> AVAILABLE DATA
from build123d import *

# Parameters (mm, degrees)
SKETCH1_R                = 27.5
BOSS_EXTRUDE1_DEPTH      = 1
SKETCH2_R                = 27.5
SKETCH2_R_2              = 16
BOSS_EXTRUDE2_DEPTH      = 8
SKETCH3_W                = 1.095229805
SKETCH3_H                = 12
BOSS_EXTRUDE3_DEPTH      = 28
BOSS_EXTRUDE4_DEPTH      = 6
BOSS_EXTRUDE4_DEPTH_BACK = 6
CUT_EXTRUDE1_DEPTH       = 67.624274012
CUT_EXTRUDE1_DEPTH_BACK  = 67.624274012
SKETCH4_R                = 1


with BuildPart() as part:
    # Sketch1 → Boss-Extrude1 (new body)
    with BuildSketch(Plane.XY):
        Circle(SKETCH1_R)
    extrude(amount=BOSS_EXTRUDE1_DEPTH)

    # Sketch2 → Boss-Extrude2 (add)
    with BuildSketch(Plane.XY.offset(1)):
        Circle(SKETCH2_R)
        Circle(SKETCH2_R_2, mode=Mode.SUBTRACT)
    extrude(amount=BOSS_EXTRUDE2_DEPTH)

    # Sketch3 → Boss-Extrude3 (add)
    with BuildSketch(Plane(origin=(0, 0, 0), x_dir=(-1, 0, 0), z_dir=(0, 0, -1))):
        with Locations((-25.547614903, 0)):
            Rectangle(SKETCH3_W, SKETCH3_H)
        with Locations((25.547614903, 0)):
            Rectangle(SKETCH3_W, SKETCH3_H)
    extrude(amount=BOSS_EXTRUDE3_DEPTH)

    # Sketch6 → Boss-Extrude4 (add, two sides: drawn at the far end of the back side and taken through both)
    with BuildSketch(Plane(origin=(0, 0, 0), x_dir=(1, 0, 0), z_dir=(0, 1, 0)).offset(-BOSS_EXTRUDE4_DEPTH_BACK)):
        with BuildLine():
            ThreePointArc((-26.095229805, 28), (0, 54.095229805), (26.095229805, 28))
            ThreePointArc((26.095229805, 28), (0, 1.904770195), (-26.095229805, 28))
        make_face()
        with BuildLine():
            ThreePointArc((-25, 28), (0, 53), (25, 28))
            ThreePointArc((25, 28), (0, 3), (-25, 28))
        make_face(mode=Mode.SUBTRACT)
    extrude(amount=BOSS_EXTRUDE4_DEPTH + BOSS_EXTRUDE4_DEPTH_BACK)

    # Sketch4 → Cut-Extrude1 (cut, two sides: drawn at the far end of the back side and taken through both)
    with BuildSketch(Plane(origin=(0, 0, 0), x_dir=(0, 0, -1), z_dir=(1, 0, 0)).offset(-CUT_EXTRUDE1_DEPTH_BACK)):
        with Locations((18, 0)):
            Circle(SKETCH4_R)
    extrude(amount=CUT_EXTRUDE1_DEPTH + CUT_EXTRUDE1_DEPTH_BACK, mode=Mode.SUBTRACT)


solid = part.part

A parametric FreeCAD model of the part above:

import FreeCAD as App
import Part
import Sketcher
from FreeCAD import Vector
Q = App.Units.Quantity

doc = App.newDocument("Part")
params = doc.addObject("Spreadsheet::Sheet", "Params")
for row, (alias, value) in enumerate([
    ("sketch1_diameter", "55 mm"),
    ("pad1_length", "1 mm"),
    ("sketch2_diameter", "55 mm"),
    ("sketch2_diameter2", "32 mm"),
    ("pad2_length", "8 mm"),
    ("sketch3_height", "12 mm"),
    ("pad3_length", "28 mm"),
    ("sketch4_diameter", "50 mm"),
    ("pad4_length", "6 mm"),
    ("pad4_length2", "6 mm"),
    ("sketch5_diameter", "2 mm"),
], start=1):
    params.set(f"A{row}", alias)
    params.set(f"B{row}", "=" + value)
    params.setAlias(f"B{row}", alias)

body = doc.addObject("PartDesign::Body", "Body")

# Sketch on XY plane
sketch1 = doc.addObject("Sketcher::SketchObject", "Sketch")
body.addObject(sketch1)
sketch1.AttachmentSupport = (doc.XY_Plane, [""])
sketch1.MapMode = "FlatFace"
sketch1.addGeometry(Part.Circle(Vector(0, 0, 0), Vector(0, 0, 1), 27.5), False)
sketch1.addConstraint([
    Sketcher.Constraint("Coincident", 0, 3, -1, 1),
    Sketcher.Constraint("Diameter", 0, Q("55 mm")),
])
sketch1.setExpression("Constraints[1]", "Params.sketch1_diameter")
pad1 = doc.addObject("PartDesign::Pad", "Pad")
body.addObject(pad1)
pad1.Profile = sketch1
pad1.setExpression("Length", "Params.pad1_length")

# Sketch on XY plane
sketch2 = doc.addObject("Sketcher::SketchObject", "Sketch001")
body.addObject(sketch2)
sketch2.AttachmentSupport = (doc.XY_Plane, [""])
sketch2.MapMode = "FlatFace"
sketch2.AttachmentOffset = App.Placement(Vector(0, 0, 1), App.Rotation())
sketch2.addGeometry([
    Part.Circle(Vector(0, 0, 0), Vector(0, 0, 1), 27.5),
    Part.Circle(Vector(0, 0, 0), Vector(0, 0, 1), 16),
], False)
sketch2.addConstraint([
    Sketcher.Constraint("Coincident", 0, 3, -1, 1),
    Sketcher.Constraint("Coincident", 1, 3, -1, 1),
    Sketcher.Constraint("Diameter", 0, Q("55 mm")),
    Sketcher.Constraint("Diameter", 1, Q("32 mm")),
])
sketch2.setExpression("Constraints[2]", "Params.sketch2_diameter")
sketch2.setExpression("Constraints[3]", "Params.sketch2_diameter2")
pad2 = doc.addObject("PartDesign::Pad", "Pad001")
body.addObject(pad2)
pad2.Profile = sketch2
pad2.setExpression("Length", "Params.pad2_length")

# Sketch on XY plane
sketch3 = doc.addObject("Sketcher::SketchObject", "Sketch002")
body.addObject(sketch3)
sketch3.AttachmentSupport = (doc.XY_Plane, [""])
sketch3.MapMode = "FlatFace"
sketch3.addGeometry([
    Part.LineSegment(Vector(26.09523, 6, 0), Vector(26.09523, -6, 0)),  # 0
    Part.LineSegment(Vector(26.09523, -6, 0), Vector(25, -6, 0)),  # 1
    Part.LineSegment(Vector(25, -6, 0), Vector(25, 6, 0)),  # 2
    Part.LineSegment(Vector(25, 6, 0), Vector(26.09523, 6, 0)),  # 3
    Part.LineSegment(Vector(-25, 6, 0), Vector(-25, -6, 0)),  # 4
    Part.LineSegment(Vector(-25, -6, 0), Vector(-26.09523, -6, 0)),  # 5
    Part.LineSegment(Vector(-26.09523, -6, 0), Vector(-26.09523, 6, 0)),  # 6
    Part.LineSegment(Vector(-26.09523, 6, 0), Vector(-25, 6, 0)),  # 7
], False)
sketch3.addConstraint([
    Sketcher.Constraint("Coincident", 0, 2, 1, 1),
    Sketcher.Constraint("Coincident", 1, 2, 2, 1),
    Sketcher.Constraint("Coincident", 2, 2, 3, 1),
    Sketcher.Constraint("Coincident", 3, 2, 0, 1),
    Sketcher.Constraint("Coincident", 4, 2, 5, 1),
    Sketcher.Constraint("Coincident", 5, 2, 6, 1),
    Sketcher.Constraint("Coincident", 6, 2, 7, 1),
    Sketcher.Constraint("Coincident", 7, 2, 4, 1),
    Sketcher.Constraint("Vertical", 0),
    Sketcher.Constraint("Horizontal", 1),
    Sketcher.Constraint("Vertical", 2),
    Sketcher.Constraint("Horizontal", 3),
    Sketcher.Constraint("Vertical", 4),
    Sketcher.Constraint("Horizontal", 5),
    Sketcher.Constraint("Vertical", 6),
    Sketcher.Constraint("Horizontal", 7),
    Sketcher.Constraint("Symmetric", 2, 2, 4, 2, -1, 1),
    Sketcher.Constraint("Symmetric", 0, 2, 6, 2, -1, 1),
    Sketcher.Constraint("Horizontal", 1, 2, 4, 2),
    Sketcher.Constraint("DistanceY", 0, 2, 0, 1, Q("12 mm")),
    Sketcher.Constraint("DistanceX", -1, 1, 1, 2, Q("25 mm")),
    Sketcher.Constraint("DistanceX", 1, 2, 1, 1, Q("1.09523 mm")),
])
sketch3.setExpression("Constraints[19]", "Params.sketch3_height")
pad3 = doc.addObject("PartDesign::Pad", "Pad002")
body.addObject(pad3)
pad3.Profile = sketch3
pad3.setExpression("Length", "Params.pad3_length")
pad3.Reversed = True

# Sketch on XZ plane
sketch4 = doc.addObject("Sketcher::SketchObject", "Sketch003")
body.addObject(sketch4)
sketch4.AttachmentSupport = (doc.XZ_Plane, [""])
sketch4.MapMode = "FlatFace"
sketch4.addGeometry([
    Part.Circle(Vector(0, -28, 0), Vector(0, 0, 1), 26.09523),
    Part.Circle(Vector(0, -28, 0), Vector(0, 0, 1), 25),
], False)
sketch4.addConstraint([
    Sketcher.Constraint("Coincident", 1, 3, 0, 3),
    Sketcher.Constraint("PointOnObject", 0, 3, -2),
    Sketcher.Constraint("Diameter", 1, Q("50 mm")),
    Sketcher.Constraint("DistanceY", 0, 3, -1, 1, Q("28 mm")),
    Sketcher.Constraint("Diameter", 0, Q("52.19046 mm")),
])
sketch4.setExpression("Constraints[2]", "Params.sketch4_diameter")
pad4 = doc.addObject("PartDesign::Pad", "Pad003")
body.addObject(pad4)
pad4.Profile = sketch4
pad4.Type = "TwoLengths"
pad4.setExpression("Length", "Params.pad4_length")
pad4.setExpression("Length2", "Params.pad4_length2")
pad4.Reversed = True

# Sketch on YZ plane
sketch5 = doc.addObject("Sketcher::SketchObject", "Sketch004")
body.addObject(sketch5)
sketch5.AttachmentSupport = (doc.YZ_Plane, [""])
sketch5.MapMode = "FlatFace"
sketch5.addGeometry(Part.Circle(Vector(0, -18, 0), Vector(0, 0, 1), 1), False)
sketch5.addConstraint([
    Sketcher.Constraint("PointOnObject", 0, 3, -2),
    Sketcher.Constraint("Diameter", 0, Q("2 mm")),
    Sketcher.Constraint("DistanceY", 0, 3, -1, 1, Q("18 mm")),
])
sketch5.setExpression("Constraints[1]", "Params.sketch5_diameter")
pocket1 = doc.addObject("PartDesign::Pocket", "Pocket")
body.addObject(pocket1)
pocket1.Profile = sketch5
pocket1.Type = "ThroughAll"
pocket1.Midplane = True

doc.recompute()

> TASK DETAILS
Within the material, how many lines hold "SUBTRACT"? Say only the number.

> EXERCISE ANSWER
3